If $x^2 >> 1$ then $\lambda << 1$ and so $\sigma_n^2 << x^2 \sigma_p^2$. So $\kappa \rightarrow 1$.
This is the most important part: What this inequality says is that the uncertainty $\sigma_n$ of the observed output $y$ is much less than the uncertainty we would have had if we only used the prior model of $w$ and taking $w \cdot x$ as the output. Remember: $\sigma_n$ is the uncertainty of our measured observations and $(\sigma_p x)$ is the deviation of the observation from the prior model. Therefore, when $x$ is large, the deviation from the prior model is also large and the posterior estimation dictates that we have to mostly trust the observed output rather than the output coming from the prior model.  
Similarly, if $x^2 << 1$ then $\lambda >> 1$ and so $\sigma_n^2 >> x^2 \sigma_p^2$ and $\kappa \rightarrow 0$. This means that since the magnitude of $x$ is small, so is the deviation of the output from the prior model.
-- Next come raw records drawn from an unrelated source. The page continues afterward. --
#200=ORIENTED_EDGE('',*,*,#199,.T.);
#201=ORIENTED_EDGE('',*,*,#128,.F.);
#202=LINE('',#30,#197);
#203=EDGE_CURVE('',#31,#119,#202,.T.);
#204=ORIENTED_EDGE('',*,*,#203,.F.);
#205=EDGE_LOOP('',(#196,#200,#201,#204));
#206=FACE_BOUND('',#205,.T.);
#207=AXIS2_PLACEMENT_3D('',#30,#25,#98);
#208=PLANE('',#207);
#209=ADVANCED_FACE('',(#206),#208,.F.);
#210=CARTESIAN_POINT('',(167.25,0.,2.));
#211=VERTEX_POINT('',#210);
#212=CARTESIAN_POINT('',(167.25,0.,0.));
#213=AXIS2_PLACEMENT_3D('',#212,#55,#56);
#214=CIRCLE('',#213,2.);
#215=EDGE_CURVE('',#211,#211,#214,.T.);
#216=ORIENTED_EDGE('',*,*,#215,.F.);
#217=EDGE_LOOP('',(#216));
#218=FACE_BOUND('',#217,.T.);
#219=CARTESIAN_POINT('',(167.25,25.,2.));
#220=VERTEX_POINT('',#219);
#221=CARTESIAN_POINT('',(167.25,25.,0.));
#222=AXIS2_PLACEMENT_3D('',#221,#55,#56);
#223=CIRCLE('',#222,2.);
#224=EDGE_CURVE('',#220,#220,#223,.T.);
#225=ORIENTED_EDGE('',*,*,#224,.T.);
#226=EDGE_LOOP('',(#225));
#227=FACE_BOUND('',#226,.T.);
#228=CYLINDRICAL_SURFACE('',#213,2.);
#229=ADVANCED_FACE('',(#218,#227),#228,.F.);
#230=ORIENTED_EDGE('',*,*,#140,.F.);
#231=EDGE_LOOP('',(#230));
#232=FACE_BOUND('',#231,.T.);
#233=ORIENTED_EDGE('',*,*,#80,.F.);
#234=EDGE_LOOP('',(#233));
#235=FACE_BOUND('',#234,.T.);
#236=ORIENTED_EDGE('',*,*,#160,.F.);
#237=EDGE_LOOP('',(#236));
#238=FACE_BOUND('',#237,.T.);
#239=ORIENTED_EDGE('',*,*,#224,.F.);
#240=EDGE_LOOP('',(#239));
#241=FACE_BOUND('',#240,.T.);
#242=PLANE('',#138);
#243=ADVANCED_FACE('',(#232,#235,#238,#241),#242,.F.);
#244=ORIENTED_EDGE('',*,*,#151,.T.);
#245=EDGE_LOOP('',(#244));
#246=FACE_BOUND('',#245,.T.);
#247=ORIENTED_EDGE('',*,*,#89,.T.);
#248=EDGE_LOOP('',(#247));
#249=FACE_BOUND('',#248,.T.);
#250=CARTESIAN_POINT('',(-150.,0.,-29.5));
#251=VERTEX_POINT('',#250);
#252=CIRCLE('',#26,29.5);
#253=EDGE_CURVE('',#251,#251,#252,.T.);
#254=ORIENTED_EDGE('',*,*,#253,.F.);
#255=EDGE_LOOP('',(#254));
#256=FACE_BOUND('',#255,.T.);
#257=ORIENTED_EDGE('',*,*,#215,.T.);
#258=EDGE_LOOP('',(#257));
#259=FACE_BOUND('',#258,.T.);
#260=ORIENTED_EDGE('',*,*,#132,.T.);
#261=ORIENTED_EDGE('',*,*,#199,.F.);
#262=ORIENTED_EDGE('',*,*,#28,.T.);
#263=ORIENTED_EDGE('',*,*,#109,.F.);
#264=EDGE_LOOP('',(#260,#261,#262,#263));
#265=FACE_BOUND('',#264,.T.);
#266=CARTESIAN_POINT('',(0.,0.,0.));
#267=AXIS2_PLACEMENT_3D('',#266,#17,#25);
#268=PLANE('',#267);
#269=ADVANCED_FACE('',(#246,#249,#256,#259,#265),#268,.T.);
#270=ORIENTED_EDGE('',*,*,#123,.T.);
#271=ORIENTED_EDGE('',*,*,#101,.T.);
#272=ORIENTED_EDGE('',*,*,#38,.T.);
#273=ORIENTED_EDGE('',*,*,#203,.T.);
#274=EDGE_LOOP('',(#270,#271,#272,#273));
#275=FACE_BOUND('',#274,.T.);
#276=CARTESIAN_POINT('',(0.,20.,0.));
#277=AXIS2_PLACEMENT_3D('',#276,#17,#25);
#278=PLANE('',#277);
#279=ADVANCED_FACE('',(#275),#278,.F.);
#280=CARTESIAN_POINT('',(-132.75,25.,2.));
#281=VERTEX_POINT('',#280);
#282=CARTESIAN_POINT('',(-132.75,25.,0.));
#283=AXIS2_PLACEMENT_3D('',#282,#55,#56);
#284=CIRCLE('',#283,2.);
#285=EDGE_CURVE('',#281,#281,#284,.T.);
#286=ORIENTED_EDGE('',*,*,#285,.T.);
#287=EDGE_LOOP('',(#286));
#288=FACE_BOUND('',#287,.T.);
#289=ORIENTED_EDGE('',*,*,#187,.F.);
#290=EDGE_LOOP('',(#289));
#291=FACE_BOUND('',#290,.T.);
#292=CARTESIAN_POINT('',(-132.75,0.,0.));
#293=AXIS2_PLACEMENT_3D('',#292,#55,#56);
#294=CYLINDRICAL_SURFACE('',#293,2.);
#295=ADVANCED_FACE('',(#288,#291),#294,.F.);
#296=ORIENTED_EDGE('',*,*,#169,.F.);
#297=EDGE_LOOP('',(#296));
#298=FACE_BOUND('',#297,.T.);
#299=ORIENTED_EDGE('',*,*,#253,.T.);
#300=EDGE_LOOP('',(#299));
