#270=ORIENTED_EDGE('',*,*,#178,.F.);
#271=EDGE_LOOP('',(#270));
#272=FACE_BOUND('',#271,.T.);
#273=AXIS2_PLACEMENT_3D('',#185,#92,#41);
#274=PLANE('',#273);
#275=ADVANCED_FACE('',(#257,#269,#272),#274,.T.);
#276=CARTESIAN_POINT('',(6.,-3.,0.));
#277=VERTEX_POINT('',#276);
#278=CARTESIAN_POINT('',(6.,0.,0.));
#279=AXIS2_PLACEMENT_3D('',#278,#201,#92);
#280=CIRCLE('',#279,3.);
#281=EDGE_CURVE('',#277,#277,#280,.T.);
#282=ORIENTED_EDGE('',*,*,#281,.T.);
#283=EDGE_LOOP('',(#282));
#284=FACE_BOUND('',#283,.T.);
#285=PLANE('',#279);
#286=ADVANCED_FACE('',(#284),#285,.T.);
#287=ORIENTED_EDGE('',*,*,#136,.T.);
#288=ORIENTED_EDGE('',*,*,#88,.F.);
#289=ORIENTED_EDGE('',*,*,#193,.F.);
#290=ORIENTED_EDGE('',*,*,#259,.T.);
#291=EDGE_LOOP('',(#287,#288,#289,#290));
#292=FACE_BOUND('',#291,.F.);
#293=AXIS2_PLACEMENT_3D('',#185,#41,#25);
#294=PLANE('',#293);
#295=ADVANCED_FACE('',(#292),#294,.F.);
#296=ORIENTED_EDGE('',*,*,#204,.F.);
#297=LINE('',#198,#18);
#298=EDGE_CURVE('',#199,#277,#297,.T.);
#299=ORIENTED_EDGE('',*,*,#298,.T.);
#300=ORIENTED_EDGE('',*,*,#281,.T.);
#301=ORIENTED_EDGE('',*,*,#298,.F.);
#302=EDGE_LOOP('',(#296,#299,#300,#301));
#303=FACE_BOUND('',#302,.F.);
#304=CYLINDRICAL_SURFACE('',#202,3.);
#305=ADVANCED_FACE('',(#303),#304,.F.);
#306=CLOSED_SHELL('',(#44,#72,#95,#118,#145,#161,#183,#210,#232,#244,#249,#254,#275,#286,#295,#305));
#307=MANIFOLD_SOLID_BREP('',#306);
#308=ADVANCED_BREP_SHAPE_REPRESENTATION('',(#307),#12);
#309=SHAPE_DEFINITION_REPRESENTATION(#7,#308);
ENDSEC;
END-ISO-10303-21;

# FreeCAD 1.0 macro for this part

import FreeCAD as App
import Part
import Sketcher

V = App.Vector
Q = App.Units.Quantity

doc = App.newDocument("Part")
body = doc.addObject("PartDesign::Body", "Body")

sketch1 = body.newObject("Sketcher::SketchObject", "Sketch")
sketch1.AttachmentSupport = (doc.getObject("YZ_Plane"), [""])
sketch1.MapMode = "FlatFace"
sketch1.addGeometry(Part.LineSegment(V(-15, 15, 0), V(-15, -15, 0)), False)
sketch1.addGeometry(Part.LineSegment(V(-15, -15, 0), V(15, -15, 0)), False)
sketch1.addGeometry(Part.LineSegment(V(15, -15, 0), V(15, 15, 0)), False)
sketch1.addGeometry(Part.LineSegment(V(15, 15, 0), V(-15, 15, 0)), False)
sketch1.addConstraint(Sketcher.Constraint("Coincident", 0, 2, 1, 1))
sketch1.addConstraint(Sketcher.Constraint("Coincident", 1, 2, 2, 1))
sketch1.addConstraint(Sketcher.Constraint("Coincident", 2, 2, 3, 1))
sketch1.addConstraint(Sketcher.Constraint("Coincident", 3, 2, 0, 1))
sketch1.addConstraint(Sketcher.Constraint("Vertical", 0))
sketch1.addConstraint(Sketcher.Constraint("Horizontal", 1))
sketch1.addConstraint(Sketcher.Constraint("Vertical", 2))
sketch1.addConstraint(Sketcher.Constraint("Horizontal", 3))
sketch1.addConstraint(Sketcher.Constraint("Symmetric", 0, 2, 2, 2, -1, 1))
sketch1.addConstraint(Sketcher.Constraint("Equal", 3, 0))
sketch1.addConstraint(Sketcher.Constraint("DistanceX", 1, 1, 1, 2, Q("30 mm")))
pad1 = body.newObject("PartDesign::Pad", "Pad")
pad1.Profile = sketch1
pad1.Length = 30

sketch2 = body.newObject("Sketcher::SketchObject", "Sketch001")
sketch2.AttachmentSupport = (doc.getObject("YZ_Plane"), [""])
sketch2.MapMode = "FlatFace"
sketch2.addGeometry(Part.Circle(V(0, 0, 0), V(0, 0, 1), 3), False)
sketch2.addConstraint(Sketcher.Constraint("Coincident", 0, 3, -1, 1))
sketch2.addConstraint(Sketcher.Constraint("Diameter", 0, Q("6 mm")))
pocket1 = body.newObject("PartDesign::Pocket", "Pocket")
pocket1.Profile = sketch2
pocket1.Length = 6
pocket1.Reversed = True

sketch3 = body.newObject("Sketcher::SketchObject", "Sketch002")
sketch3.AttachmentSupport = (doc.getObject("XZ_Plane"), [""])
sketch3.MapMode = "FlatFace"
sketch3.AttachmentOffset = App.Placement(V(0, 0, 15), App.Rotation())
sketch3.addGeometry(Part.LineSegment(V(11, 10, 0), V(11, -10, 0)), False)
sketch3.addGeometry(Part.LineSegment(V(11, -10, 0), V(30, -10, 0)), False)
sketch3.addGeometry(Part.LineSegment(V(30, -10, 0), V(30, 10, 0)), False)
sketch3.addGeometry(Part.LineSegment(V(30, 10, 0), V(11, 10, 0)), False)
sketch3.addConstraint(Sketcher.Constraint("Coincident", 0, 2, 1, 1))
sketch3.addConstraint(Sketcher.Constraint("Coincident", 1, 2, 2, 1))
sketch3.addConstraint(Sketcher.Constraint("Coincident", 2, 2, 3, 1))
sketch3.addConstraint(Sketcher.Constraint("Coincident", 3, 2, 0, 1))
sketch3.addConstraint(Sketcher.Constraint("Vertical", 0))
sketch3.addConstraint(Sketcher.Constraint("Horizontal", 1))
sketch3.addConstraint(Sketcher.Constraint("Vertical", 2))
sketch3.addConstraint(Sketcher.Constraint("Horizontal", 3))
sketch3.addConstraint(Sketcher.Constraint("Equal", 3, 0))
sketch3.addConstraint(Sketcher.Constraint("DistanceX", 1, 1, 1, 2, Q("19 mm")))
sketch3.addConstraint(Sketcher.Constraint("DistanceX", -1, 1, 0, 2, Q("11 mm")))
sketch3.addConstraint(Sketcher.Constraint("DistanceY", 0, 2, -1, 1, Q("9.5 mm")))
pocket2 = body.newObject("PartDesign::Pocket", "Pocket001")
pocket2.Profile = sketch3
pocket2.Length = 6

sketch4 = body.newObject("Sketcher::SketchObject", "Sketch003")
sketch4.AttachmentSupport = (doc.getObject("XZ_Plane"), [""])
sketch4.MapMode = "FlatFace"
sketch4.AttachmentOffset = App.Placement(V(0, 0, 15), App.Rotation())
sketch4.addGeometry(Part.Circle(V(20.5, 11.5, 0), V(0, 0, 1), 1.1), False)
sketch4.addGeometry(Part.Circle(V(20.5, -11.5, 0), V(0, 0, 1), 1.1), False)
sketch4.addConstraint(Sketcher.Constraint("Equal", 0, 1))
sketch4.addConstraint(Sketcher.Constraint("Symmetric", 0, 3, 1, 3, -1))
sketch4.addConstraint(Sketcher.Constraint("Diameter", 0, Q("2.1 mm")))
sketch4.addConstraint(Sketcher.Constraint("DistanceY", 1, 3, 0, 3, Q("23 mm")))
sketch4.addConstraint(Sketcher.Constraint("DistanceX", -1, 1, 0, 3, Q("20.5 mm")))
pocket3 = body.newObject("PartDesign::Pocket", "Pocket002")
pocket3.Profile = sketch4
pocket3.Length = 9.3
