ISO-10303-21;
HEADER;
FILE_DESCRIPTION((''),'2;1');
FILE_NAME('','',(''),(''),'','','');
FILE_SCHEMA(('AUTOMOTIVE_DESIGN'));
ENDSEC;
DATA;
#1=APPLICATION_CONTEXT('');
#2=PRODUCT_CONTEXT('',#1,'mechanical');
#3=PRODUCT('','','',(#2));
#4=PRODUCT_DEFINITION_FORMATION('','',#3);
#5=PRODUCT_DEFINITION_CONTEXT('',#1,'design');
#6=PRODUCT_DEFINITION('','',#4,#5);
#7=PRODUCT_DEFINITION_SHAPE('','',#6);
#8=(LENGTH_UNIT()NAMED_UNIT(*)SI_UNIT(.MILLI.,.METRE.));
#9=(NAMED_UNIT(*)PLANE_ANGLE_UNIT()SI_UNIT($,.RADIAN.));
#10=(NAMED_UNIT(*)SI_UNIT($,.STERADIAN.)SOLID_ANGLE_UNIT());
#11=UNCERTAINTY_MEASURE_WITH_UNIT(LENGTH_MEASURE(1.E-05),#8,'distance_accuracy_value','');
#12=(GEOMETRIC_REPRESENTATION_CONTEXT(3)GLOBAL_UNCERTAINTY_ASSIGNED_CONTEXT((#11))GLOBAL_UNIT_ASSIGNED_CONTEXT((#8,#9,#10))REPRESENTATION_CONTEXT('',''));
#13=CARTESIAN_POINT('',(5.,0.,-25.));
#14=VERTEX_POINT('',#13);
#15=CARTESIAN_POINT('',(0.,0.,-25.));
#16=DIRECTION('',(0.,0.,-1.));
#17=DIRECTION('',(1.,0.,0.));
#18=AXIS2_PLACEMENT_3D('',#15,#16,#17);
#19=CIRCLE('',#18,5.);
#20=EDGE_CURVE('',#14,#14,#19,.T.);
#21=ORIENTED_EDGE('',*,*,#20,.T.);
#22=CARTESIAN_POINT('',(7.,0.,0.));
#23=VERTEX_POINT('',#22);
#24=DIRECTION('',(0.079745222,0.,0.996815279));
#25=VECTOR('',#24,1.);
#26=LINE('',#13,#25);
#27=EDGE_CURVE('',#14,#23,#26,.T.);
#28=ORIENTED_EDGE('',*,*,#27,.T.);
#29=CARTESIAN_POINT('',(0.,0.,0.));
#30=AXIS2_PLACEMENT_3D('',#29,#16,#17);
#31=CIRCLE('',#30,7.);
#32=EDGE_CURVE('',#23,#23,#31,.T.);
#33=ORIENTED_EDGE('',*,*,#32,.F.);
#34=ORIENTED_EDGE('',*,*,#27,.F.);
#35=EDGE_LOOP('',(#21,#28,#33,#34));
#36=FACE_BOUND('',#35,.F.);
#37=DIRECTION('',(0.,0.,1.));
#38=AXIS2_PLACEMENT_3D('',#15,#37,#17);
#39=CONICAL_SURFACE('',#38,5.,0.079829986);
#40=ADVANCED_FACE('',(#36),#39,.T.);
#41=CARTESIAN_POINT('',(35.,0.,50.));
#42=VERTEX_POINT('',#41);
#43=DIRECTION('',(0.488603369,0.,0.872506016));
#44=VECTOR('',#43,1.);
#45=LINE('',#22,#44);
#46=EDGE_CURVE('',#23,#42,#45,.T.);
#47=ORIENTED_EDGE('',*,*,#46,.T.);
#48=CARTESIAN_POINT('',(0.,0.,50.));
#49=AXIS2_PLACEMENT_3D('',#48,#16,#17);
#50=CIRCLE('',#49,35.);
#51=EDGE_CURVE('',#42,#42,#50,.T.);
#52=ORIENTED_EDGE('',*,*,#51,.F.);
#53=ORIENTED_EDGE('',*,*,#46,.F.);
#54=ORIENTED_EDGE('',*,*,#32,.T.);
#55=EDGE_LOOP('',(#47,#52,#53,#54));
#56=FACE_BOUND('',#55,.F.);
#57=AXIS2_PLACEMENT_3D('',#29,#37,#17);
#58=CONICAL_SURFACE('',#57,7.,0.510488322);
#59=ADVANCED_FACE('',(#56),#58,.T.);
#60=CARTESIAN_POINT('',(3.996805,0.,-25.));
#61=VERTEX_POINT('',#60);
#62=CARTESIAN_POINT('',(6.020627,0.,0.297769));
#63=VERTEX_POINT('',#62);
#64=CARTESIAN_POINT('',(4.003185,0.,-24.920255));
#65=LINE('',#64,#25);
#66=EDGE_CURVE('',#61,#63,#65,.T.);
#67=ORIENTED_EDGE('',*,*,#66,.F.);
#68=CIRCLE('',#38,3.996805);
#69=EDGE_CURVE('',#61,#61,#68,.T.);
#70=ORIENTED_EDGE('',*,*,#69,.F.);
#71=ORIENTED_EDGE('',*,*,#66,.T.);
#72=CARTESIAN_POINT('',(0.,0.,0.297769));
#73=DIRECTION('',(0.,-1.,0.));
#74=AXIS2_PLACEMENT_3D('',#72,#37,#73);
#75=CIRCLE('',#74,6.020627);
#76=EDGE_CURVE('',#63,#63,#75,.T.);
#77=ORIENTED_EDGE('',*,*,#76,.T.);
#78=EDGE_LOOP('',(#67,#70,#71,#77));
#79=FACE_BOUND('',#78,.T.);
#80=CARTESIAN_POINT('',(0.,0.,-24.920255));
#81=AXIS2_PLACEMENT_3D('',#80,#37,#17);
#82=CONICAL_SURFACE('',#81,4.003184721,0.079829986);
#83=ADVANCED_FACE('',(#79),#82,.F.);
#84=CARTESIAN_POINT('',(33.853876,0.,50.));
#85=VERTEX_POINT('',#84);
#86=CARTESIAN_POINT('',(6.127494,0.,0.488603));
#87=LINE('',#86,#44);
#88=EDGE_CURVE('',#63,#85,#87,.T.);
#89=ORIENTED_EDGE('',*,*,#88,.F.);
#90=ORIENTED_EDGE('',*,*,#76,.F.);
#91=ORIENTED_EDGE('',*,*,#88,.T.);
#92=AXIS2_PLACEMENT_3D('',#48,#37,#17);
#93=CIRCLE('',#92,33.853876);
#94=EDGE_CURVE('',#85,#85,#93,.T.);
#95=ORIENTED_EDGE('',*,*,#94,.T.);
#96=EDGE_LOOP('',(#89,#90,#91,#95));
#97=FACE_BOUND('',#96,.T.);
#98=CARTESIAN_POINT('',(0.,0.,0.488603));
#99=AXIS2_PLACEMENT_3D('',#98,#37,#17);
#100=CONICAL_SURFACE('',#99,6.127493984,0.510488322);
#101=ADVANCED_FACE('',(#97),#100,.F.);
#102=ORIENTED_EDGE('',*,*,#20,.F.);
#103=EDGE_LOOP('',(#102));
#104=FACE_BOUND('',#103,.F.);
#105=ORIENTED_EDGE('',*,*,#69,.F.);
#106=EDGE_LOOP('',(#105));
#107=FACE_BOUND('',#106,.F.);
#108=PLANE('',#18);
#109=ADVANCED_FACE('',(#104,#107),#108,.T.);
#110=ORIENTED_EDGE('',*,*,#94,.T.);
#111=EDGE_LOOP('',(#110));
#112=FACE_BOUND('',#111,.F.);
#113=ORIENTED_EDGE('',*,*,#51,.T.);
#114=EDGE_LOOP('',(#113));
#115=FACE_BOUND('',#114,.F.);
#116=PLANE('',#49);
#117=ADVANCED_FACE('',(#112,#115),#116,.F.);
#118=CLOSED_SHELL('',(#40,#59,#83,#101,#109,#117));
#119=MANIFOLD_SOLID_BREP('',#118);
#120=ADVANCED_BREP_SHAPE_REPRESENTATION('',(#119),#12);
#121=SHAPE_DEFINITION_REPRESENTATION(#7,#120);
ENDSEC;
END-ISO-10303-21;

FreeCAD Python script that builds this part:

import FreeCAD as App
import Part
import Sketcher

V = App.Vector


def faces_at(feature, points):
    """Names of the faces that lie closest to the given points."""
    faces = feature.Shape.Faces
    near = lambda p: min(range(len(faces)), key=lambda i: faces[i].distToShape(Part.Vertex(*p))[0])
    return sorted({f"Face{near(p) + 1}" for p in points})

doc = App.newDocument("Part")
params = doc.addObject("Spreadsheet::Sheet", "Params")
for row, (alias, value) in enumerate([
    ("sketch1_width", "5 mm"),
    ("sketch1_width2", "35 mm"),
    ("sketch1_height", "75 mm"),
    ("revolution_angle", "360 deg"),
    ("thickness_wall", "1 mm"),
], start=1):
    params.set(f"A{row}", alias)
    params.set(f"B{row}", "=" + value)
    params.setAlias(f"B{row}", alias)

body = doc.addObject("PartDesign::Body", "Body")

sketch1 = body.newObject("Sketcher::SketchObject", "Sketch")
sketch1.AttachmentSupport = (doc.getObject("XZ_Plane"), [""])
sketch1.MapMode = "FlatFace"
sketch1.addGeometry([
    Part.LineSegment(V(0, 50, 0), V(0, -25, 0)),
    Part.LineSegment(V(0, -25, 0), V(5, -25, 0)),
    Part.LineSegment(V(5, -25, 0), V(7, 0, 0)),
    Part.LineSegment(V(7, 0, 0), V(35, 50, 0)),
    Part.LineSegment(V(35, 50, 0), V(0, 50, 0)),
], False)
sketch1.addConstraint([
    Sketcher.Constraint("Coincident", 0, 2, 1, 1),
    Sketcher.Constraint("Coincident", 1, 2, 2, 1),
    Sketcher.Constraint("Coincident", 2, 2, 3, 1),
    Sketcher.Constraint("Coincident", 3, 2, 4, 1),
    Sketcher.Constraint("Coincident", 4, 2, 0, 1),
    Sketcher.Constraint("Vertical", 0),
    Sketcher.Constraint("Horizontal", 1),
    Sketcher.Constraint("Horizontal", 4),
    Sketcher.Constraint("PointOnObject", 0, 2, -2),
    Sketcher.Constraint("PointOnObject", 2, 2, -1),
    Sketcher.Constraint("DistanceX", 1, 1, 1, 2, 5.0),
    Sketcher.Constraint("DistanceX", 4, 2, 4, 1, 35.0),
    Sketcher.Constraint("DistanceY", 0, 2, 0, 1, 75.0),
    Sketcher.Constraint("DistanceY", 0, 2, -1, 1, 25.0),
    Sketcher.Constraint("DistanceX", -1, 1, 2, 2, 7.0),
])
sketch1.setExpression("Constraints[10]", "Params.sketch1_width")
sketch1.setExpression("Constraints[11]", "Params.sketch1_width2")
sketch1.setExpression("Constraints[12]", "Params.sketch1_height")
revolution = body.newObject("PartDesign::Revolution", "Revolution")
revolution.Profile = sketch1
revolution.ReferenceAxis = (sketch1, ["V_Axis"])
revolution.setExpression("Angle", "Params.revolution_angle")
doc.recompute()

thickness = body.newObject("PartDesign::Thickness", "Thickness")
thickness.Base = (revolution, faces_at(revolution, [(0, 0, 50), (0, 0, -25)]))
thickness.setExpression("Value", "Params.thickness_wall")
thickness.Reversed = True
thickness.Join = "Intersection"

doc.recompute()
So the prior estimation is favored.  
Finally, let's consider the 99.6% confidence intervals when we use the measured output and the output from the prior model respectively:  


*

*prior model:
The weight $w$ is normally distributed with mean $w_0$ and standard deviation $ \sigma_p$. The confidence interval for the true output is:
$(w_0 - 3\sigma_p)x \leq y_{true} \leq (w_0 + 3\sigma_p)x$
or
$|y_{true} - w_0x| \leq 3\sigma_p x$  

*data:
The measurement error is normally distributed and therefore:
$y -3\sigma_n \leq y_{true} \leq y + 3\sigma_n$
or
$|y_{true} - y| \leq 3\sigma_n$
From the above we can deduce which estimation is the best: the prior model $wx$ or the observed output $y$. The two estimations lie around different mean values with different uncertainties. What we care about is the uncertainty that is $3\sigma_p x$ or $3\sigma_n$.  
A: I'm not familiar with the book, but I'm guessing the "test input points" are the explanatory variables. Prediction uncertainty is smallest when the explanatory variables are at their mean and grows larger as the explanatory variables go away from the mean.